Настя тоже снимает свои сапоги и ставит рядом с Ефимкиными. Уполномоченный рукой подзывает Андрея Ивановича и ближних баб, требует мешок и на него сам вытряхивает рожь из сапог.
— Принесите какой-нибудь сосуд! — требует он, и Антонида Микулаюшкиных приносит глиняную крынку. Ворошок зерна с мешка ссыпается в посудину. Не больше и не меньше — ржи крынка вровень с краями. Черноволосый, поблескивая погонами, почему-то радуется:
— Отлично, отлично! Так я и знал, точно, знал!
Дальше, дальше все было, как в странном сне: отдел милиции в Уксянке, «КПЗ», допросы, подписи, отпечатки пальцев и, наконец, выездной суд в Юровском клубе. Сюда собрали всех колхозников, только Настя не разглядела и не запомнила ни одного лица у своих земляков. Бледный Ефимко был спокоен, и, когда объявили приговор — Насте семь лет лишения свободы, Ефимку — восемь, он на весь зал хмыкнул:
— Напужали! В тюрьме хоть маленькую пайку хлеба дают, а здесь…
Ефимко не договорил — конвойный милиционер крепко сдавил ему плечо и что-то прошептал на ухо.
А дальше… А дальше был лагерь, лесозаготовки в тайге и… амнистия. Мать померла, как ей отписал младший братишка Петька, вскоре после суда, отец стал часто хворать и тоже не дождался Настиного освобождения. В Юровку она не поехала, чего там ей, воровке, делать? На каждом шагу кто-нибудь да и ударит злым словом. Танкист, друг погибшего брата, писал письма ей раньше, разыскал Настю и уговорил приехать к нему в Свердловск.
— Настенька, Настюша милая! — сжимал он ее сильными руками, целовал и твердил: — Забудь все, забудь и знай — ты чиста передо мной и перед всеми! Время тогда было суровое, законы военные. И нечего искать виноватых. Я сам по оплошности попадал в штрафбат, кровью смывал приговор трибунала. Ты тоже вину искупила, а передо мной нету твоей вины. Чуешь?

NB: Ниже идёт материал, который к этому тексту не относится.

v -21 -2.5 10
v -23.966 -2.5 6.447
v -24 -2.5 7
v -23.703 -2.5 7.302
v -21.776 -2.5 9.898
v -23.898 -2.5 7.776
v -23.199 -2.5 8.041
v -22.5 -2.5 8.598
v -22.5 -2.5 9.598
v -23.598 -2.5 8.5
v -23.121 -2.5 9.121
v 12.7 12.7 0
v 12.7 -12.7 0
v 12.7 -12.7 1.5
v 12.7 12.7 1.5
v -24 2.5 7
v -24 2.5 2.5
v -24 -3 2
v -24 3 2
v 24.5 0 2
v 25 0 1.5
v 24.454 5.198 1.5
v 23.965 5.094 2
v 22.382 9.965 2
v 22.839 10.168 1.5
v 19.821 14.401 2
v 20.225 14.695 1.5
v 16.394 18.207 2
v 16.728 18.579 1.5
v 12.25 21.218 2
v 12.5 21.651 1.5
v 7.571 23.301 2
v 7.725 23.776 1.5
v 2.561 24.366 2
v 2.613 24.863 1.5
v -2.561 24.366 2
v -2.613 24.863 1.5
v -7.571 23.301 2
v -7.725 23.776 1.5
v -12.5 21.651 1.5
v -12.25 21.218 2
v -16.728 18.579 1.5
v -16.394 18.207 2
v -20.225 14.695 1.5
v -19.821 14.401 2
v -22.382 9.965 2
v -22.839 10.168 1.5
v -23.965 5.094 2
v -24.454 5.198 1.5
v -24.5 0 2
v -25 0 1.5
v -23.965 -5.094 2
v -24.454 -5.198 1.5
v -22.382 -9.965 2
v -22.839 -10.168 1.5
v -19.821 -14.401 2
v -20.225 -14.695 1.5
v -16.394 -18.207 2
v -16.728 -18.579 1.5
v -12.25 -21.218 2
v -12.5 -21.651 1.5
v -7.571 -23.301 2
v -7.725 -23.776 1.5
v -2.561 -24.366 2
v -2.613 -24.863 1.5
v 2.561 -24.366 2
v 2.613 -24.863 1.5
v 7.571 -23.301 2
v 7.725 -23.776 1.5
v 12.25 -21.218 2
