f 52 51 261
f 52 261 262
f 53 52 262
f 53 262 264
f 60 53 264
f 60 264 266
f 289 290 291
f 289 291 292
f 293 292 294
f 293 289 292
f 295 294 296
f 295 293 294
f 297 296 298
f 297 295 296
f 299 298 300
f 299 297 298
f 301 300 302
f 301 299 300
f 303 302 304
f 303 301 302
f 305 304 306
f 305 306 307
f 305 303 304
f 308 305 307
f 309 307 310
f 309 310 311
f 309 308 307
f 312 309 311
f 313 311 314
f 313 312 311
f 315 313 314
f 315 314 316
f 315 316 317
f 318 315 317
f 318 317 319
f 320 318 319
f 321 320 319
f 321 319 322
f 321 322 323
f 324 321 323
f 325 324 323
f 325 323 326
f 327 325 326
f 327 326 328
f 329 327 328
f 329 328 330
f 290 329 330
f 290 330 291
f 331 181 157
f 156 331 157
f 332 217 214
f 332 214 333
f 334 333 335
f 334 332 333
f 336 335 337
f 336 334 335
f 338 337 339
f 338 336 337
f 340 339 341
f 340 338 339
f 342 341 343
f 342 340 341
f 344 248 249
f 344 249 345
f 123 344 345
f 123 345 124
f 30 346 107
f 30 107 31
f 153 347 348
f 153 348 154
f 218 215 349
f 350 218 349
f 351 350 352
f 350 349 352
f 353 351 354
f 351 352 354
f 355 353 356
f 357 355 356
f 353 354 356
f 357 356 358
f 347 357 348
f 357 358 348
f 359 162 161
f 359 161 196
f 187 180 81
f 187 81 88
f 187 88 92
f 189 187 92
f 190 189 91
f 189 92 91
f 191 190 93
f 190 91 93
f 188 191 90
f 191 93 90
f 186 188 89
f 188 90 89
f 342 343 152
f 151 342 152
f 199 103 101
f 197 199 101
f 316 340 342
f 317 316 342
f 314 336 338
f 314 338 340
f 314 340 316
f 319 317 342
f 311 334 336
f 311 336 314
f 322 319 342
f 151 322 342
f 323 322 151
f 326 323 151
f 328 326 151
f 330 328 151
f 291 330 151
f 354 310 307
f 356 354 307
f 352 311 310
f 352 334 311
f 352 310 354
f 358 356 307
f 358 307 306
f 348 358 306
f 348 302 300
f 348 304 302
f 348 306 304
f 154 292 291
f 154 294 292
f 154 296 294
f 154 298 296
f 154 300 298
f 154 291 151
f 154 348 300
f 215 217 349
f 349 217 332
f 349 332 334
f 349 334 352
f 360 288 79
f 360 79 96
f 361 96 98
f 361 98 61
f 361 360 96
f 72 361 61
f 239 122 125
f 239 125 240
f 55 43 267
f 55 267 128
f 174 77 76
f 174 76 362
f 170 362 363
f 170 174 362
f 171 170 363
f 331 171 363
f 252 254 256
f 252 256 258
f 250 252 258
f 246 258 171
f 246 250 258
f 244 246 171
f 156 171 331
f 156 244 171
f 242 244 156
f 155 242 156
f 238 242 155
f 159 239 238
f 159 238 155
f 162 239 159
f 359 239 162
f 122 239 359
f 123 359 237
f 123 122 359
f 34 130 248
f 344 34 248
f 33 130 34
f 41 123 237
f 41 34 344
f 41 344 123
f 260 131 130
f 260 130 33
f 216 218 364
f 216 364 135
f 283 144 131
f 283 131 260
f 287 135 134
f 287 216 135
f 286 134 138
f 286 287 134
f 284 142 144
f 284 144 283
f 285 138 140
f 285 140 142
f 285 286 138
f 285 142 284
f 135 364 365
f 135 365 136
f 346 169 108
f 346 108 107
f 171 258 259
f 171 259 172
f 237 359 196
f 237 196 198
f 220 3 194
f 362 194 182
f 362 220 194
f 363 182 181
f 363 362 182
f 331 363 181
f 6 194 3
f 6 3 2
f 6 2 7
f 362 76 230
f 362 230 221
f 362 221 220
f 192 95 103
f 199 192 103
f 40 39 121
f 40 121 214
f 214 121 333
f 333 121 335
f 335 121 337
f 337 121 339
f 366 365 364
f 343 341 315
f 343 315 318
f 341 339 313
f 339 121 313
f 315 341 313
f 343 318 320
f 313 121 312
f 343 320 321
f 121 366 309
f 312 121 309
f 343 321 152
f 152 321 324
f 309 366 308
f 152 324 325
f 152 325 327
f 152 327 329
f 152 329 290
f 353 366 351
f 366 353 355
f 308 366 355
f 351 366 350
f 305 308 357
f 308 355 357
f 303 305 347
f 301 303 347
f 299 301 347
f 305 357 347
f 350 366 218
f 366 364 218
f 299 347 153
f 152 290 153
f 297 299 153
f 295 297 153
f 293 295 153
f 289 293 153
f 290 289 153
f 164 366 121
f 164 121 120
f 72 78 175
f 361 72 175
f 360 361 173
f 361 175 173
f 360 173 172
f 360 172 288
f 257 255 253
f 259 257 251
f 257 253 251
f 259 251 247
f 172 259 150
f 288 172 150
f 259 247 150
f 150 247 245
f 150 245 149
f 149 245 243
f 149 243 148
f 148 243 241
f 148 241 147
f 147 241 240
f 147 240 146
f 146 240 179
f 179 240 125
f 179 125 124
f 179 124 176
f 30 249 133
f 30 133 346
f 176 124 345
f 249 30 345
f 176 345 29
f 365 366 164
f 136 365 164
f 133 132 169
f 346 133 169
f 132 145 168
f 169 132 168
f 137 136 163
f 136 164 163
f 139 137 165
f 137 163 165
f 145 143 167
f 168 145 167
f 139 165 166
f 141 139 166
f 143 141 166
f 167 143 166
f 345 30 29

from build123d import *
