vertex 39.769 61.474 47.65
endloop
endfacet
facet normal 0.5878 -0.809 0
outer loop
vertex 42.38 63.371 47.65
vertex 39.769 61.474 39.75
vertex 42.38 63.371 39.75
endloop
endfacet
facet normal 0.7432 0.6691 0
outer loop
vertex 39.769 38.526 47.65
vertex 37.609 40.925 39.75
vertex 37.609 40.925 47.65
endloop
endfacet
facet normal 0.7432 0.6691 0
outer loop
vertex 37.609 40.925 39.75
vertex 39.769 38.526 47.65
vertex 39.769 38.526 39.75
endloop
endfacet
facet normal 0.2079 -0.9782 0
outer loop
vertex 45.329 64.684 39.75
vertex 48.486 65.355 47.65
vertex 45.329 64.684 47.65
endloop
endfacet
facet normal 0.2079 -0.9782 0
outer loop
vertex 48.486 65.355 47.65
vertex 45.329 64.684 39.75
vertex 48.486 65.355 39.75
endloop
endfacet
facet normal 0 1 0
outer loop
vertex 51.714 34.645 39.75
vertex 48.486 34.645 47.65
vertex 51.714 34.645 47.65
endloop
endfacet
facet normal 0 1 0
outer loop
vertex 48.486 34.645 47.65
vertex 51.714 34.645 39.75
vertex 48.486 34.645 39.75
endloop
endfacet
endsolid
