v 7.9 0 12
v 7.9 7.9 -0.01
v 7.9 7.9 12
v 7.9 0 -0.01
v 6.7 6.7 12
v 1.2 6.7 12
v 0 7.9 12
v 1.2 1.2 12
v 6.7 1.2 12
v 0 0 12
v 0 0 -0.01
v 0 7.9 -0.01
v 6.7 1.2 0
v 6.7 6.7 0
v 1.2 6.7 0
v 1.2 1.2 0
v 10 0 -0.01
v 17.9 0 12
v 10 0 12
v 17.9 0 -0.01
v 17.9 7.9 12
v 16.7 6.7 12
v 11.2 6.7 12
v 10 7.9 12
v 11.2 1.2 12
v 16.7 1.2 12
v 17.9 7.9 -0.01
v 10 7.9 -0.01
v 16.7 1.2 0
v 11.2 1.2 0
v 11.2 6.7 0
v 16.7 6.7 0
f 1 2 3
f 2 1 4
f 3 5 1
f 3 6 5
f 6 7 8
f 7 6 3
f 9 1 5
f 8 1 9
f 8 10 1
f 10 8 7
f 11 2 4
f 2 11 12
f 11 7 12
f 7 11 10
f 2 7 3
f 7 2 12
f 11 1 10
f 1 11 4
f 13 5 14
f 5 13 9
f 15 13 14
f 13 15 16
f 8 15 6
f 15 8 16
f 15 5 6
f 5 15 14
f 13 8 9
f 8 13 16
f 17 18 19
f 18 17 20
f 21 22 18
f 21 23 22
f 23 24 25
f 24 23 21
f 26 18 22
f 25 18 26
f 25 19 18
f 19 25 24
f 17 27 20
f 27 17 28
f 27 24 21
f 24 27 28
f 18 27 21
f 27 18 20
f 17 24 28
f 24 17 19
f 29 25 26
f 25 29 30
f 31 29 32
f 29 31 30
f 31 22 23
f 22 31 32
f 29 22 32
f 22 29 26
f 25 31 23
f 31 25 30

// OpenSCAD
// file: ../../Base/Boxes.scad
// Fischertechnik Box Foundation
// Pre-designed Boxes

use <Constants.scad>

include <PlacementOptions.scad>

box190Width = 190;
box190Depth = 130;
box130Width = 130;
box130Depth = 95;
boxUsageHeight = 33.9;
boxWallThickness = 2.4;
boxBaseThickness = 1.0;

// getBoxWallThickness()
// Gets the wall thickness of a Fischertechnik Box

function getBoxWallThickness() = boxWallThickness;

// Gets the usable height of a fischertechnik box
function getBoxUsageHeight() = boxUsageHeight;

// Gets the thickness of the Fischertechnik box base.
function getBoxBaseThickness() = boxBaseThickness;

// Gets the usable inner space of a Box 190 as an x/y-list
function getBox190Space() = [
    box190Width - 2*getBoxWallThickness(), 
    box190Depth - 2*getBoxWallThickness() ];

// Imports the Fischertechnik empty box 130x190 mm and places it at position 0,0
// 190x130 are the outer sizes, the inner space is slightly smaller. Use getBox190Space() to get the inner sizes.
// This module needs the STL file "Fischertechnik Box 130x190.stl" in the library path.
// The box is positioned that the usable inner space is at the 0,0,0 position. The

module Box190() {
    translate([-getBoxWallThickness(),-getBoxWallThickness(),-getBoxBaseThickness()])
        import("Fischertechnik Box 130x190.stl", convexity=3);
}

// Gets the usable inner space of a Box 130 as an x/y-list
function getBox130Space() = [
    box130Width - 2*getBoxWallThickness(), 
    box130Depth - 2*getBoxWallThickness() ];

// Imports the Fischertechnik empty box 95x130 mm and places it at position 0,0
// 190x130 are the outer sizes, the inner space is slightly smaller. Use getBox190Space() to get the inner sizes.
// This module needs the STL file "Fischertechnik Box 95x130.stl" in the library path.
// The box is positioned that the usable inner space is at the 0,0,0 position. The

module Box130() {
    translate([-getBoxWallThickness(),-getBoxWallThickness(),-getBoxBaseThickness()])
        import("Fischertechnik Box 95x130.stl", convexity=3);
}

// Creates a web at the specified box walls
// corner 0 = LowerLeft, 1 = UpperLeft, 2 = UpperRight, 3 = LowerRight
// side 0 = LeftOfCorner, 1 = RightOfCorner
// distance = Distance in mm from the corner
// box = inner width and depth of the box (default: Box 190)
// webWidth = length of the web (default is 3 mms)
// webThickness = thickness of the web (default is 1 mm)

module BoxWeb(corner, side, distance, box=getBox190Space(), webWidth=3, webThickness=1.0) {
    sink = getBoxWallThickness()/2;

    width = (corner % 2 == 0) ? 
            (side == LeftOfCorner ? webWidth : webThickness) :
            (side == LeftOfCorner ? webThickness : webWidth);

    depth = (corner % 2 == 0) ? 
            (side == RightOfCorner ? webWidth : webThickness) :
            (side == RightOfCorner ? webThickness : webWidth);
    
    xDiff = corner == LowerLeft ? 
                (side == LeftOfCorner ? -sink : distance) :
            (corner == UpperLeft ?                
                (side == LeftOfCorner ? distance : -sink) :
            (corner == UpperRight ?
                (side == LeftOfCorner ? box.x-webWidth+sink : box.x-distance-webThickness) :
                (side == LeftOfCorner ? box.x-distance-webThickness: box.x-webWidth+sink)));

    yDiff = corner == LowerLeft ? 
                (side == RightOfCorner ? -sink : distance) :
            (corner == UpperLeft ?
                (side == RightOfCorner ? box.y-distance : box.y-webWidth+sink) :
            (corner == UpperRight ?
                (side == RightOfCorner ? box.y-webWidth+sink : box.y-distance) :
                (side == RightOfCorner ? distance : -sink)));
    
    translate([xDiff, yDiff, -getExcess()])
        cube([width, depth, boxUsageHeight + 2*getExcess()]);
}
// file: ../../Base/Rotation.scad
// Fischertechnik Box Foundation
// Geometry Helpers Rotation

include <PlacementOptions.scad>

// getRotatedSpace(space, rotation=NoRotation)
// Rotates the space dependent on the specified rotation

function getRotatedSpace(space, rotation=NoRotation) = [
    (rotation == Rotate90 || rotation == Rotate270) ? space.y : space.x,
    (rotation == Rotate90 || rotation == Rotate270) ? space.x : space.y
];

// Rotates the given space around the fixed left lower corner
// space = the space the children needs as width/depth list [width,depth]
// rotation = 0 Rotate0 degrees, 1 Rotate90 degrees, 2 Rotate180 degrees, 3 Rotate270 degrees (equivalent to -90)

module RotateFix(space, rotation=Rotate0) {
    dy = (rotation == Rotate0 || rotation == Rotate270) ? 0 :
        (rotation == Rotate90) ? space.x :
        space.y;
    dx = (rotation < Rotate180) ? 0 :
        (rotation == Rotate180) ? space.x :
        space.y;
    
    translate([dx, dy, 0])
        rotate([0, 0, rotations[rotation]])
            children();
}
// file: ../../Base/Alignment.scad
// Fischertechnik Box Foundation
// Geometry Helpers Alignment

include <PlacementOptions.scad>

// getAlignedX(elementWidth, spaceWidth, align=AlignRight, offset=0)
// Gets the aligned X offset of an element with the given
// width in the given space.
// elementWidth = The width of the element to positon
// spaceWidth = The space where the element should be aligned
// align = 0 AlignLeft, 1 AlignCenter, 2 AlignRight
// offset = an optional offset from the aligned position. When
// aligned left or centered, then positive values are in X direction.
// When aligned right then positive values are in negative X direction.

function getAlignedX(elementWidth, spaceWidth, align=AlignRight, offset=0) =
    (align == AlignLeft) ?
        offset :
        ((align == AlignCenter) ?
        (spaceWidth - elementWidth)/2 + offset :
        spaceWidth - offset - elementWidth);

// getAlignedY(elementDepth, spaceDepth, align=AlignTop, offset=0)
// Gets the aligned Y offset of an element with the given
// depth in the given space.
// elementDepth = The depth of the element to positon
// spaceDepth = The space where the element should be aligned
// align = 0 AlignBottom, 1 AlignCenter, 2 AlignTop
// offset = an optional offset from the aligned position. When
// aligned bottom or centered, then positive values are in Y direction.
// When aligned top then positive values are in negative Y direction.

function getAlignedY(elementDepth, spaceDepth, align=AlignTop, offset=0) =
    (align == AlignBottom) ?
        offset :
        ((align == AlignCenter) ?
        (spaceDepth - elementDepth)/2 + offset :
        spaceDepth - offset - elementDepth);
// file: ../../Base/Constants.scad
// Fischertechnik Box Foundation
// Constants

// Constant values necessary for multiple elements

// Base constants
dividerThickness = 1.2;
excess = 0.01;
fragments = 90;
tolerance = 0.8;

// Gets the thickness of a divider 
function getDividerThickness() = dividerThickness;

// Gets the excess that is used to merge walls into each other
function getExcess() = excess;

// Gets amount of fragments of a cylinder
function getFragments() = fragments;

// Gets the inner tolerance of a frame to each side
function getTolerance() = tolerance;


// Fischertechnik specific constants
axisDiameter = 4;
axisBottomDiameter = axisDiameter + 1;
standardEdgeDistance = 2.5;
standardWebDistance = 11.5;
standardCornerLength = 15;
tubeWallFactor = 1.6;

// Gets axis diameter
function getAxisDiameter() = axisDiameter;

// Gets axis bottom diameter for thicker part at the bottom
function getAxisBottomDiameter() = axisBottomDiameter;

// gets the standard distance to the wall of the box for dockable frames with webs
function getStandardEdgeDistance() = standardEdgeDistance;

// gets the standard distance of each web to the corner of the dockable frame
function getStandardWebDistance() = standardWebDistance;

// gets the standard length of the corner walls of a dockable frame
function getStandardCornerLength() = standardCornerLength;

// gets the wall thickness of a tube.
function getTubeWallThickness() = tubeWallFactor * getDividerThickness();
// file: ../../Base/PlacementOptions.scad
// Fischertechnik Box Foundation
// Placement Options

// Alignment
NoAlign = 0;
AlignLeft = 1;
AlignBottom = 2;
AlignCenter = 3;
AlignRight = 4;
AlignTop = 5;

// Element rotation degree steps
rotations = [0, -90, -180, -270];

// Rotation
NoRotation = 0;
Rotate0 = 0;
Rotate90 = 1;
Rotate180 = 2;
Rotate270 = 3;

// Docking (seen from above)
NoDock = -1;
DockLeft = 0;
DockTop = 1;
DockRight = 2;
DockCorner = 2;
DockBottom = 3;

// Web corners
LowerLeft = 0;
UpperLeft = 1;
UpperRight = 2;
LowerRight = 3;

// Web position relative to corner
LeftOfCorner = 0;
RightOfCorner = 1;
// file: ../../Elements/FrameControlLight.scad
// Fischertechnik Box Library
// Frame for Control Light for electronic building block
// 36390

use <../Base/Constants.scad>
use <../ModelBase/Simple.scad>

width = 5.5;
depth = 5.5;
height = 12;

// getFrameControlLightSpace()
// Gets the space the frame for a control light needs as width and depth (.x and .y as a list)

function getFrameControlLightSpace() = getFrameOuterVolume([width, depth, height], tolerance=0);

// FrameControlLight()
// The walls of the frame are 12 mm high. 

module FrameControlLight() {
    Frame([width, depth, height], tolerance=0);
}

// Tests
color("lightgray") {
FrameControlLight();
}
// file: ../../Base/Placement.scad
// Fischertechnik Box Foundation
// Geometry Helpers Placement

use <Constants.scad>
use <Alignment.scad>
use <Rotation.scad>
use <Boxes.scad>

include <PlacementOptions.scad>

// Place(x=0, y=0, elementSpace=[0,0], alignX=AlignLeft, alignY=AlignBottom, rotation=Rotate0, boxSpace=getBox190Space())
// Places the child at the specified position
// y = Y-Position. This is a relative position when an X aligment is specified.
// x = X-Position. This is a relative position when an Y aligment is specified.
// elementSpace = space of the element to be placed [x,y]
// alignX = -1=NoAlign, 0 AlignLeft, 1 AlignCenter, 3 AlignRight (elementSpace and boxSpace required!)
// alignY = -1=NoAlign, 2 AlignBottom, 1 AlignCenter, 4 AlignTop (elementSpace and boxSpace required!)
// rotation = 0 Rotate0 0 degrees, 1 Rotate90 90 degrees, 
// 2 Rotate180 180 degrees, 3 Rotate270 270 degrees (equivalent to -90)
// boxSpace = Inner space of the box where the placement occurs [x,y] - default is Box 190x130 inner space

module Place(x=0, y=0, elementSpace=[0,0], 
  alignX=AlignLeft, alignY=AlignBottom, 
  rotation=NoRotation, boxSpace=getBox190Space()) {

    module Position(x, y, space, rotation=Rotate0) {
        translate([x, y, 0])
            RotateFix(space, rotation)
                children(0);
    }

    space = getRotatedSpace(elementSpace, rotation);
    alignedX = getAlignedX(space.x, boxSpace.x, alignX, x);
    alignedY = getAlignedY(space.y, boxSpace.y, alignY, y);
    Position(alignedX, alignedY, elementSpace, rotation)
        children(0);
}

// Center(space=getBox130Space(), elementSpace=[0,0])
// space = Space where the children is centered. For cylinder use centered=true and no elementSpace.
// elementSpace = space of the element to be centered [x,y]

module Center(space=getBox190Space(), elementSpace=[0,0]) {
    translate([(space.x - elementSpace.x) / 2, (space.y - elementSpace.y) / 2])
        children(0);
}

// CenterHorizontal(width=0, y=0, offset=0, space=getBox130Space())
// space = Space where the children is centered. For cylinder use centered=true and no elementSpace.
// elementSpace = space of the element to be centered [x,y]

module CenterHorizontal(width=0, y=0, offset=0, space=getBox190Space()) {
    translate([(space.x - width) / 2 + offset, y])
        children(0);
}

// CenterVertical(depth=0, x=0, offset=0, space=getBox130Space())
// space = Space where the children is centered. For cylinder use centered=true and no elementSpace.
// elementSpace = space of the element to be centered [x,y]

module CenterVerticalal(depth=0, x=0, offset=0, space=getBox190Space()) {
    translate([x, (space.y - depth) / 2 + offset])
        children(0);
}
// main file
// Fischertechnik Box Foundation
// Elements
// Test FrameControlLight

use <../../Base/Placement.scad>
use <../../Elements/FrameControlLight.scad>

include <../../Base/PlacementOptions.scad>

FrameControlLight();

Place(10, 0, elementSpace=getFrameControlLightSpace(), rotation=Rotate90)
    FrameControlLight();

…Анастасия ладошками замела пшеницу в кучку, собрала до единого зернышка и потом, выдувая снежинки, ссыпала зерно по карманам. Чисто! Она глубоко выдохнула и взялась за метлу. А как закончила уборку, впервые с отдыхом поднялась на свой третий этаж. Зять с дочерью встали, но разговаривали еще у себя в комнате, и Анастасии никто не помешал высыпать зерно именно в крынку — зять собирает старинную утварь и откуда-то привез эту деревенскую посудину. Пшеница золотела в крынке, и ее оказалось ровно столько, сколько натрясли тогда ржи из ее и Ефимкиных сапог.
Крынка стояла посреди кухонного стола, Анастасия смотрела на крупные зерна под звон в ушах, у нее закружилась голова, и легким враз не хватило воздуха. Чтобы не упасть, она ухватилась за ножку стола и, видимо, застонала. Зять с дочерью одновременно заглянули на кухню и в один голос вскрикнули:
— Мама, что с тобой? «Скорую» вызвать, а? Мамочка, что с тобой?!
И вдруг они увидели крынку с зерном вровень с краями, молча переглянулись и поняли все без слов. Вначале зять, а потом и дочь шагнули к Анастасии Максимовне, осторожно обняли ее и прижались к ней, точно малые детки. Тогда так же внезапно затих звон в ушах, она неожиданно легко задышала, даже улыбнулась. Только из больших карих глаз капнули на руки детей теплые слезинки.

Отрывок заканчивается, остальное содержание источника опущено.